> **STORED DATA**:
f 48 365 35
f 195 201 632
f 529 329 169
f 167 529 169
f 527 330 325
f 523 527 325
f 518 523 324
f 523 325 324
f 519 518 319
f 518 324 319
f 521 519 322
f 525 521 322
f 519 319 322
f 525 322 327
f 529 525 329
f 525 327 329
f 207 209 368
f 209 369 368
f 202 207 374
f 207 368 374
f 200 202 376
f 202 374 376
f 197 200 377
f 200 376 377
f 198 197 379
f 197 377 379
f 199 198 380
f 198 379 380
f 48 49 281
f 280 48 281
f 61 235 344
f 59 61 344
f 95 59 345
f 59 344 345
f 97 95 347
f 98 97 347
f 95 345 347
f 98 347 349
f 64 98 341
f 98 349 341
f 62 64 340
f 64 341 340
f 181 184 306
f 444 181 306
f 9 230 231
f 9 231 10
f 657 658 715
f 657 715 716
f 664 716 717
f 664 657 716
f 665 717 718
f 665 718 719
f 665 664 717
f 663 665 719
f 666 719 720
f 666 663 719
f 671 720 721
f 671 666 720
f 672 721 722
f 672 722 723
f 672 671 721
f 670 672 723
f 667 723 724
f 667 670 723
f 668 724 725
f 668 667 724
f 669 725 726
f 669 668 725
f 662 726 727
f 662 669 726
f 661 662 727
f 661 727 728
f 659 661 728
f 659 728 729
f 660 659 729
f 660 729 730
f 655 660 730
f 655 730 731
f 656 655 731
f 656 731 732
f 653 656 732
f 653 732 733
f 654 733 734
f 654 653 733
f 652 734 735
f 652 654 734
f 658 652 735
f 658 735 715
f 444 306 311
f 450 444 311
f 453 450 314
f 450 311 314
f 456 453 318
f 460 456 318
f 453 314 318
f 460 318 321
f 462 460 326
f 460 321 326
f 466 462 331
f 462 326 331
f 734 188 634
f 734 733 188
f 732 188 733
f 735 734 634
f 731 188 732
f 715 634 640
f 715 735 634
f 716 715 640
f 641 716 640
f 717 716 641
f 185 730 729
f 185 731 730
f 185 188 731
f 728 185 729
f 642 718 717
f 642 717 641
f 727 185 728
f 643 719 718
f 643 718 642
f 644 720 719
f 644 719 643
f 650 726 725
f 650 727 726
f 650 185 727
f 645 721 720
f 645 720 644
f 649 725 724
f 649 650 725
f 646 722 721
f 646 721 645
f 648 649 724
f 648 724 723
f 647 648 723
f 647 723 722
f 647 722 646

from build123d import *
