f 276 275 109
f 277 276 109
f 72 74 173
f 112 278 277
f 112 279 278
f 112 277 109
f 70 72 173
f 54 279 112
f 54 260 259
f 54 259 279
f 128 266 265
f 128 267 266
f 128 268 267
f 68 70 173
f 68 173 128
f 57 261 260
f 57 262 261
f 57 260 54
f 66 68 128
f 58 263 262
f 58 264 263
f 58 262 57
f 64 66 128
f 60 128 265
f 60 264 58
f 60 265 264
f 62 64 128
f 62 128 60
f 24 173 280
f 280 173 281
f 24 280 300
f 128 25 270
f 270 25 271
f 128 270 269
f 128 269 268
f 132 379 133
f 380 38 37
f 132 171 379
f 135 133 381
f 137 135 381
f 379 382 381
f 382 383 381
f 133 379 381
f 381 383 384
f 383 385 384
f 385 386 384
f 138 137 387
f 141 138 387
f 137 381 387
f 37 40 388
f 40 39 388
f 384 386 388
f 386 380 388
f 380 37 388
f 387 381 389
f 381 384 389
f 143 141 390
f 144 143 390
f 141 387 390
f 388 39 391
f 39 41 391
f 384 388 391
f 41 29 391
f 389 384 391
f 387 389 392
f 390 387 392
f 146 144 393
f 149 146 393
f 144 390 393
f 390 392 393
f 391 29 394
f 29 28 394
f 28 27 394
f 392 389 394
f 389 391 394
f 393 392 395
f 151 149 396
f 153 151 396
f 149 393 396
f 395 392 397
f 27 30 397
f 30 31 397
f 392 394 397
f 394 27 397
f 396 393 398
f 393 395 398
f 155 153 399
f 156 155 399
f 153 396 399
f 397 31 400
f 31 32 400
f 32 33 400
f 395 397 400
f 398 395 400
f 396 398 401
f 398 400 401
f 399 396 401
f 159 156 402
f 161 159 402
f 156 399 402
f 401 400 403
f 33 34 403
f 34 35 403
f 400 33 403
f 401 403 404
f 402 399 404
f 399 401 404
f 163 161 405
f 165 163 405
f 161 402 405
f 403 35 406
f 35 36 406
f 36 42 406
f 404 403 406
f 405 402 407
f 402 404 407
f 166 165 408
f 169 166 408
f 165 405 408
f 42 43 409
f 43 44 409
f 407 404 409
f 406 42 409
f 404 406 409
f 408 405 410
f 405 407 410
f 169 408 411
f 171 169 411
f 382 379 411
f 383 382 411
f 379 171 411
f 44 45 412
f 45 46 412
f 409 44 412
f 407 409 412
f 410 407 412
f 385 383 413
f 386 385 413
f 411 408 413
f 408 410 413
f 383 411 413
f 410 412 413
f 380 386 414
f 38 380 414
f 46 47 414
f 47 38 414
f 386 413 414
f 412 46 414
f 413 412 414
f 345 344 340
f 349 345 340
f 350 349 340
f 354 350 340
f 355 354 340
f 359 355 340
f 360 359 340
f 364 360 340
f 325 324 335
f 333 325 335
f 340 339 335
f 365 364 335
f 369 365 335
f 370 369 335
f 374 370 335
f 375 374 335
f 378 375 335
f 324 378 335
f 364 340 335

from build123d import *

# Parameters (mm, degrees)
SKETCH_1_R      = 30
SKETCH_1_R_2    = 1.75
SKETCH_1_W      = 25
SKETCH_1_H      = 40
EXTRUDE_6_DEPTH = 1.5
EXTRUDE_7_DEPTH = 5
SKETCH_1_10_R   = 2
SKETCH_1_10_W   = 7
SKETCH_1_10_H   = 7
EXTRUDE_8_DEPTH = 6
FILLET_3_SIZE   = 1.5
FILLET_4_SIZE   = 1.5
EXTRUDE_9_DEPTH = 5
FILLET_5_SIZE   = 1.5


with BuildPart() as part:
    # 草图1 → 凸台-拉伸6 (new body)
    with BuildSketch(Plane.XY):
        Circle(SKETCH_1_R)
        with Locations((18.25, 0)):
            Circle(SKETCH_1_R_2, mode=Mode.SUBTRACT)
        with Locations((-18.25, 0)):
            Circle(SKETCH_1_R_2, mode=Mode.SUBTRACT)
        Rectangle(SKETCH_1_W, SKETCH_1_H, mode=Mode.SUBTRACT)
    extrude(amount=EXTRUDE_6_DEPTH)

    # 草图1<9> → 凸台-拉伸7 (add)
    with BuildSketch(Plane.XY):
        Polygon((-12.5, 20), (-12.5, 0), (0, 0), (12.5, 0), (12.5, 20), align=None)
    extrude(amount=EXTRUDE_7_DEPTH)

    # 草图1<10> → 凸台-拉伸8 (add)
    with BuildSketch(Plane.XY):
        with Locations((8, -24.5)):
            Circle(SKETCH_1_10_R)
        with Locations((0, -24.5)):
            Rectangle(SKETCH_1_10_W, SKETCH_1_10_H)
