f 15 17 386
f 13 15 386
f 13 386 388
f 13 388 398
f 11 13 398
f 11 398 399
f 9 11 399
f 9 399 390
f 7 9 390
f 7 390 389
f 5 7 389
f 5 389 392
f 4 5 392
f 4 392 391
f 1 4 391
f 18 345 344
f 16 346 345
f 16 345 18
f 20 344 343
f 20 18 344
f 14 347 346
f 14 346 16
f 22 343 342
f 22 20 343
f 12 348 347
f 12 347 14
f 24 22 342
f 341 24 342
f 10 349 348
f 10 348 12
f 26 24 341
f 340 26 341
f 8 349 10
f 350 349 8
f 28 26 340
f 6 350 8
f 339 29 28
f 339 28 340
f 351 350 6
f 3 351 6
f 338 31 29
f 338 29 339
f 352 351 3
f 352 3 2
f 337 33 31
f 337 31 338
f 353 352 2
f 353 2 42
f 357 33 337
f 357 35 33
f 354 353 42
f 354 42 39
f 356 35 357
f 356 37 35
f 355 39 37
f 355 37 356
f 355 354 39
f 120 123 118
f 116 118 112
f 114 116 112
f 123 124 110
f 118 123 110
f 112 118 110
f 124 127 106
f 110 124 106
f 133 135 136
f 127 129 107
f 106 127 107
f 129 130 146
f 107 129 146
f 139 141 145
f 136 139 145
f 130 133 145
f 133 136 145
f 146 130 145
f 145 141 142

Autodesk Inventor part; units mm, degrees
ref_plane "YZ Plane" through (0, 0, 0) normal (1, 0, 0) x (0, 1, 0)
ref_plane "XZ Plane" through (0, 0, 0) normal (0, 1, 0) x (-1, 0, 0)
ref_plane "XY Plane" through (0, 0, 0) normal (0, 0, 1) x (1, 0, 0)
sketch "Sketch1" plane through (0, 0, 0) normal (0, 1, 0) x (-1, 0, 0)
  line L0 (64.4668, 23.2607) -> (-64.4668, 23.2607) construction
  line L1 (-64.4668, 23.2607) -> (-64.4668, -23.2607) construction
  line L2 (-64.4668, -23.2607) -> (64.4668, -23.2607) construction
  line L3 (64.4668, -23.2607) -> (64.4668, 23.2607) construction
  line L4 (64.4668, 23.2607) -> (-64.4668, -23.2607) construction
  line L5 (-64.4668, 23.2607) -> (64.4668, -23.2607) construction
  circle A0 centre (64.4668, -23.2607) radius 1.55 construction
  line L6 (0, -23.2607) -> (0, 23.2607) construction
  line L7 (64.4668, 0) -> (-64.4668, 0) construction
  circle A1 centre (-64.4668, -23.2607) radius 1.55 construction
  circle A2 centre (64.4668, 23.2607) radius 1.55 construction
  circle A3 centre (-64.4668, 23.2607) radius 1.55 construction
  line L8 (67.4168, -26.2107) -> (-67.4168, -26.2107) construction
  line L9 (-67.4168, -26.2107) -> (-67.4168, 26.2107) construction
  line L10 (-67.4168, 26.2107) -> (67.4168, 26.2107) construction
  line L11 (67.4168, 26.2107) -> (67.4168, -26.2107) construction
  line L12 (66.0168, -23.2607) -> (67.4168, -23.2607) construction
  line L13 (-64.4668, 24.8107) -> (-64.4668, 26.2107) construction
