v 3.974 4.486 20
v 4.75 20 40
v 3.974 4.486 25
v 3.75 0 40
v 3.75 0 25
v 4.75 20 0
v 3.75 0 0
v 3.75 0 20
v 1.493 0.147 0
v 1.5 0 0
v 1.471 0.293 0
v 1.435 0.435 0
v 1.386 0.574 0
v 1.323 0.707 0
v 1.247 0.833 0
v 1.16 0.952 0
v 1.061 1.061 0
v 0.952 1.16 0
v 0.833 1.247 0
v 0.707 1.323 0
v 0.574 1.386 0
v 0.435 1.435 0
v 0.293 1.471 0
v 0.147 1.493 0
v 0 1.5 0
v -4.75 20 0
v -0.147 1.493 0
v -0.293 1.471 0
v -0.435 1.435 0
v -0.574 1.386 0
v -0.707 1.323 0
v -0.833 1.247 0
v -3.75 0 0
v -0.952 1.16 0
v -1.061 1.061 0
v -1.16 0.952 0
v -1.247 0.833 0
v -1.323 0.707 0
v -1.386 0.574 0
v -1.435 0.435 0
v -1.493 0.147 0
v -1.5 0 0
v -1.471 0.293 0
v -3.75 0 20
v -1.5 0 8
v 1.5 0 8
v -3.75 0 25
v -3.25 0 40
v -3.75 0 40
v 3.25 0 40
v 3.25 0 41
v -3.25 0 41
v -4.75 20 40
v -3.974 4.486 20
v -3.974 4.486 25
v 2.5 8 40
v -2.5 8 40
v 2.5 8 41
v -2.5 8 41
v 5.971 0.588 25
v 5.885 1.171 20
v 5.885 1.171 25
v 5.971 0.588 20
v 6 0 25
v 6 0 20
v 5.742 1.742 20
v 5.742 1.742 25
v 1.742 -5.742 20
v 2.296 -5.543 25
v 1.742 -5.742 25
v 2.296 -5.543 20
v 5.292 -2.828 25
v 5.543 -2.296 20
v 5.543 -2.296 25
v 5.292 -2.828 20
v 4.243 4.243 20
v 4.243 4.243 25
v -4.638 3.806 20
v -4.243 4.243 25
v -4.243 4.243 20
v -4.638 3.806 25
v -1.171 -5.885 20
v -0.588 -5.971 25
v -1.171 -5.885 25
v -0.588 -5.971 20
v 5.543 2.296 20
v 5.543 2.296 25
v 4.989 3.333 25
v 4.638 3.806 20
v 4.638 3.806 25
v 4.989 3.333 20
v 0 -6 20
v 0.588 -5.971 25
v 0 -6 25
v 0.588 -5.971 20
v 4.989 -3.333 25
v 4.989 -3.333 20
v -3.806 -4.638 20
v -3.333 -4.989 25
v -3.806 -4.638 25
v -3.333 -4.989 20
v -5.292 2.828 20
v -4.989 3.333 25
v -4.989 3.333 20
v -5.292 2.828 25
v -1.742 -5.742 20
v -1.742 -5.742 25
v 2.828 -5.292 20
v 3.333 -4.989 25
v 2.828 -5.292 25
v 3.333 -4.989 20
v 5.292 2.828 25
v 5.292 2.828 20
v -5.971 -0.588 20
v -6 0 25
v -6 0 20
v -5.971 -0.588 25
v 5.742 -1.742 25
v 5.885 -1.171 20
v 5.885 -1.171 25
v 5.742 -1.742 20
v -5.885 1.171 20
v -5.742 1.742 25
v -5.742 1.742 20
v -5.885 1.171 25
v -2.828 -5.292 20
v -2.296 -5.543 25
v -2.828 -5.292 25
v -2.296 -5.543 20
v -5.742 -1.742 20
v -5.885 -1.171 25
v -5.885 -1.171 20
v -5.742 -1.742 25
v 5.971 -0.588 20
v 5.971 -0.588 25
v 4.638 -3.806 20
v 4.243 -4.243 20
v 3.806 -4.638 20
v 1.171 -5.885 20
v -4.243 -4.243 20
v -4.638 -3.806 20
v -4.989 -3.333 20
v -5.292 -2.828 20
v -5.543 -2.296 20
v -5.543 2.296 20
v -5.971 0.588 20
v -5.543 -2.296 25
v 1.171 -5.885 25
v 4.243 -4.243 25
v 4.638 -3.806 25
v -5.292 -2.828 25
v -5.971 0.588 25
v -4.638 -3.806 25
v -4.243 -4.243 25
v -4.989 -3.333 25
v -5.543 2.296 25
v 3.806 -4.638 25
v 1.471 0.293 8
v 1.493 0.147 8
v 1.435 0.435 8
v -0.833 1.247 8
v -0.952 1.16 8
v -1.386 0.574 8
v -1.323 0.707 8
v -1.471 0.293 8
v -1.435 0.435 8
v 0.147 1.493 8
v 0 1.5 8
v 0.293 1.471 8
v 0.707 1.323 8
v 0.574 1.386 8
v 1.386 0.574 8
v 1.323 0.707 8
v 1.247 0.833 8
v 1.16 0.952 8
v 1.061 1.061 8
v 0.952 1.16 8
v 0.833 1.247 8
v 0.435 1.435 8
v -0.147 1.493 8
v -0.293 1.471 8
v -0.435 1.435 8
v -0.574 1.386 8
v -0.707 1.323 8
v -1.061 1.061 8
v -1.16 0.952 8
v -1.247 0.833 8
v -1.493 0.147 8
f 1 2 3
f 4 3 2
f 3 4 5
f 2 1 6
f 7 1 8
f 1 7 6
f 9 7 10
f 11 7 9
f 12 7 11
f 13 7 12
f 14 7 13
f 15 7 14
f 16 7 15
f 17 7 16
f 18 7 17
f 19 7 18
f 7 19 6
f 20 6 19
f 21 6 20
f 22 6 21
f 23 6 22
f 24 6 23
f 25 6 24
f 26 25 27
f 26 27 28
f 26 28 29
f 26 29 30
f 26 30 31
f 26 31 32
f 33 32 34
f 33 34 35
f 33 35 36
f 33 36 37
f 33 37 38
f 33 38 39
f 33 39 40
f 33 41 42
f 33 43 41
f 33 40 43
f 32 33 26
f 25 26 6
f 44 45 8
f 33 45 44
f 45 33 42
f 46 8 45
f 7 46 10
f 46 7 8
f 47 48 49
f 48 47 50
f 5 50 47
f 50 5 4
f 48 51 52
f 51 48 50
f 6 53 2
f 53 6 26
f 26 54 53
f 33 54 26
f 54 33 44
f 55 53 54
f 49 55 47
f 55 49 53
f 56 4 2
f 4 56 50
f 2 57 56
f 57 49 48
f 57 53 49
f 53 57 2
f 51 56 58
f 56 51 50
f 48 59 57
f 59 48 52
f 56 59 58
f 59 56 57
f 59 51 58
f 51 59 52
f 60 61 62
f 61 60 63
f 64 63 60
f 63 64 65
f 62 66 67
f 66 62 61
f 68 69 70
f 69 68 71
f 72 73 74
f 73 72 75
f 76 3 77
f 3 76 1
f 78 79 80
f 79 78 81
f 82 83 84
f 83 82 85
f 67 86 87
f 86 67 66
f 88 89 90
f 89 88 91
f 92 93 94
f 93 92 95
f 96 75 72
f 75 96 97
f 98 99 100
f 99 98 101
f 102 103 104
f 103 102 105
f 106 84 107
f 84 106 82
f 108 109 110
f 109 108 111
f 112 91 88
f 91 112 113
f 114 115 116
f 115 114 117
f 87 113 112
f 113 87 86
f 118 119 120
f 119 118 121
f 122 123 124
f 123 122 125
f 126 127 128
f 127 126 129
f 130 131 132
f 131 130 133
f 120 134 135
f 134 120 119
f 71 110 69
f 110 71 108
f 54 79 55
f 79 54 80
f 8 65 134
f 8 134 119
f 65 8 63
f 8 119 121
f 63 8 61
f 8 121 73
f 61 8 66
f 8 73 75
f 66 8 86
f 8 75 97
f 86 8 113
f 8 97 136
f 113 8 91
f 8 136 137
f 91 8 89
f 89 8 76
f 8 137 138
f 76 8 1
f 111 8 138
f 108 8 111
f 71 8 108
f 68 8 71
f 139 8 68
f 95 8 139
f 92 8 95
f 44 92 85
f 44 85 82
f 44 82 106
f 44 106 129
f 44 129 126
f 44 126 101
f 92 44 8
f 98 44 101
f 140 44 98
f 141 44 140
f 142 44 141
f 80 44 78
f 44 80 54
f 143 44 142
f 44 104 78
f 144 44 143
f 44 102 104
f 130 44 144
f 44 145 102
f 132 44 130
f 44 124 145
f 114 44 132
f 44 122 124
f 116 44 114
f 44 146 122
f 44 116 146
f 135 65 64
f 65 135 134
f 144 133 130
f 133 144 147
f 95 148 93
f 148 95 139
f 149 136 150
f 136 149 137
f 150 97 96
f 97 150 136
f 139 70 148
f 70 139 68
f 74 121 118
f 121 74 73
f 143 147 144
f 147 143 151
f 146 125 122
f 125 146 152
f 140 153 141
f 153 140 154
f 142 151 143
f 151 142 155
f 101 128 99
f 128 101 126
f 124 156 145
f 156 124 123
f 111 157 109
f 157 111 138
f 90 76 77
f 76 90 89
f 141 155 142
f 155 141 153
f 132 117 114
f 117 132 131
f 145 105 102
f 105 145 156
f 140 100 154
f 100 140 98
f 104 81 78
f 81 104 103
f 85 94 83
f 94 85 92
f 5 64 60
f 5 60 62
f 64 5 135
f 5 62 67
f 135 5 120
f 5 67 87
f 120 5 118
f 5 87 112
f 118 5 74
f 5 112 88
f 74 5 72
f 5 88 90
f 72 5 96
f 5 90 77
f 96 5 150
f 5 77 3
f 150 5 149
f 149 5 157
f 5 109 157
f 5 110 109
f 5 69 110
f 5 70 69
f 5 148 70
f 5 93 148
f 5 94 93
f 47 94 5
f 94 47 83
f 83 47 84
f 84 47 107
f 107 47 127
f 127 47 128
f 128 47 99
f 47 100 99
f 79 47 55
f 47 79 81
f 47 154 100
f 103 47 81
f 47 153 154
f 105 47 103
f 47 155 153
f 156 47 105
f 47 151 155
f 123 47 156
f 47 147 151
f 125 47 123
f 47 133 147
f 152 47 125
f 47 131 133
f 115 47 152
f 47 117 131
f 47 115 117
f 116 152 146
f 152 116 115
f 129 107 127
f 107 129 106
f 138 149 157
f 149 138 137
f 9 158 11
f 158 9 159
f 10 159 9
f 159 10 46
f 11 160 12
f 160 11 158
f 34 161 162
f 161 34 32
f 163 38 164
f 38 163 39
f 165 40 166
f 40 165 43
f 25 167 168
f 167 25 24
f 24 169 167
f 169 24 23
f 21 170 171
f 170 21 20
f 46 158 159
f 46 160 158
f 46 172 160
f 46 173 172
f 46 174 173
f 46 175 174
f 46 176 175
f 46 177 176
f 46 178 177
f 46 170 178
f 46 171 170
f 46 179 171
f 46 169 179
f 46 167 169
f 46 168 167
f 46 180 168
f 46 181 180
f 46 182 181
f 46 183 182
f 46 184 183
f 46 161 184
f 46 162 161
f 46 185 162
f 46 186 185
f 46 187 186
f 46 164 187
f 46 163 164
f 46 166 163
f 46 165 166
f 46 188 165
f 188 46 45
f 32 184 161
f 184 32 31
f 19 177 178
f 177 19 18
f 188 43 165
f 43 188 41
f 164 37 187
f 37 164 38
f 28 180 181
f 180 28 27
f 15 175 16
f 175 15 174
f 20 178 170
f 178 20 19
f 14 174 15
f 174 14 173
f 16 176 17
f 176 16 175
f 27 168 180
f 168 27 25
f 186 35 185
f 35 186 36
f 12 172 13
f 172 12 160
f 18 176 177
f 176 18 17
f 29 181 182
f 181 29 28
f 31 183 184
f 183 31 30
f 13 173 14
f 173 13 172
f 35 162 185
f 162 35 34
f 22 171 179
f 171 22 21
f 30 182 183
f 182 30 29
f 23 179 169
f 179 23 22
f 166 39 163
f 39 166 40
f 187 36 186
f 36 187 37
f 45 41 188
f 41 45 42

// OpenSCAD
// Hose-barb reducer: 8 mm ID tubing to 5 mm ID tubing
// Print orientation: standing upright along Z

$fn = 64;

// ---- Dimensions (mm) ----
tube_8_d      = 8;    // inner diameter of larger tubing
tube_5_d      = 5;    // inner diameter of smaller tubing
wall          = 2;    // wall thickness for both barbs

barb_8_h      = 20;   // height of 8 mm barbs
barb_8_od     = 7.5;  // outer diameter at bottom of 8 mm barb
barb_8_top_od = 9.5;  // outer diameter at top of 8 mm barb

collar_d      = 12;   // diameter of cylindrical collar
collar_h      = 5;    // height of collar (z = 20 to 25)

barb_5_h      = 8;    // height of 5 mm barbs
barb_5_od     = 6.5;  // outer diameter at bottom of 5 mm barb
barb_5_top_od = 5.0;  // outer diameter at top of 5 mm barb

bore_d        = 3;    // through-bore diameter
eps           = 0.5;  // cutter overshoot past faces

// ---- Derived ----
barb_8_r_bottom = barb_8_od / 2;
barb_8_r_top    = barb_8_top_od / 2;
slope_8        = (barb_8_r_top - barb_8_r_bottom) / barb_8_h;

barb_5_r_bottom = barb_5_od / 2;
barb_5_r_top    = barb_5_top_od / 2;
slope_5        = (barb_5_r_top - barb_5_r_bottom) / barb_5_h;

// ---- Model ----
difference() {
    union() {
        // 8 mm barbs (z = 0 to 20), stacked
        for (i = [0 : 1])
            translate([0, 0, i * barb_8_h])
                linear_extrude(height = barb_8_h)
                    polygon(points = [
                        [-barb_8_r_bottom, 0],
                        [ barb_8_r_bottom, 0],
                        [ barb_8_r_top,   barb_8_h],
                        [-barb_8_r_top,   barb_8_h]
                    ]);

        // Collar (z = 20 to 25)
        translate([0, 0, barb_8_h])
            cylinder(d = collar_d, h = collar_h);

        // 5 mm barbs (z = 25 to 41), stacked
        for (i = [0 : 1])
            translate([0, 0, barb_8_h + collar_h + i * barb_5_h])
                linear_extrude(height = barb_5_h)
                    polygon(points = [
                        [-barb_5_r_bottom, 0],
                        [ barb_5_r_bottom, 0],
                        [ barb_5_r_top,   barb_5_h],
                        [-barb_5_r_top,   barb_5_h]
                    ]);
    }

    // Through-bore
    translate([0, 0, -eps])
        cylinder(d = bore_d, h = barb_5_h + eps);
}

> **WHAT YOU SHOULD DO**:
Everything above from the line containing "v 0.574 1.386 0" down to the line containing "v -1.435 0.435 0" is to be transcribed exactly, with both of those lines included and nothing else added.

> **SOLUTION BELOW**:
v 0.574 1.386 0
v 0.435 1.435 0
v 0.293 1.471 0
v 0.147 1.493 0
v 0 1.5 0
v -4.75 20 0
v -0.147 1.493 0
v -0.293 1.471 0
v -0.435 1.435 0
v -0.574 1.386 0
v -0.707 1.323 0
v -0.833 1.247 0
v -3.75 0 0
v -0.952 1.16 0
v -1.061 1.061 0
v -1.16 0.952 0
v -1.247 0.833 0
v -1.323 0.707 0
v -1.386 0.574 0
v -1.435 0.435 0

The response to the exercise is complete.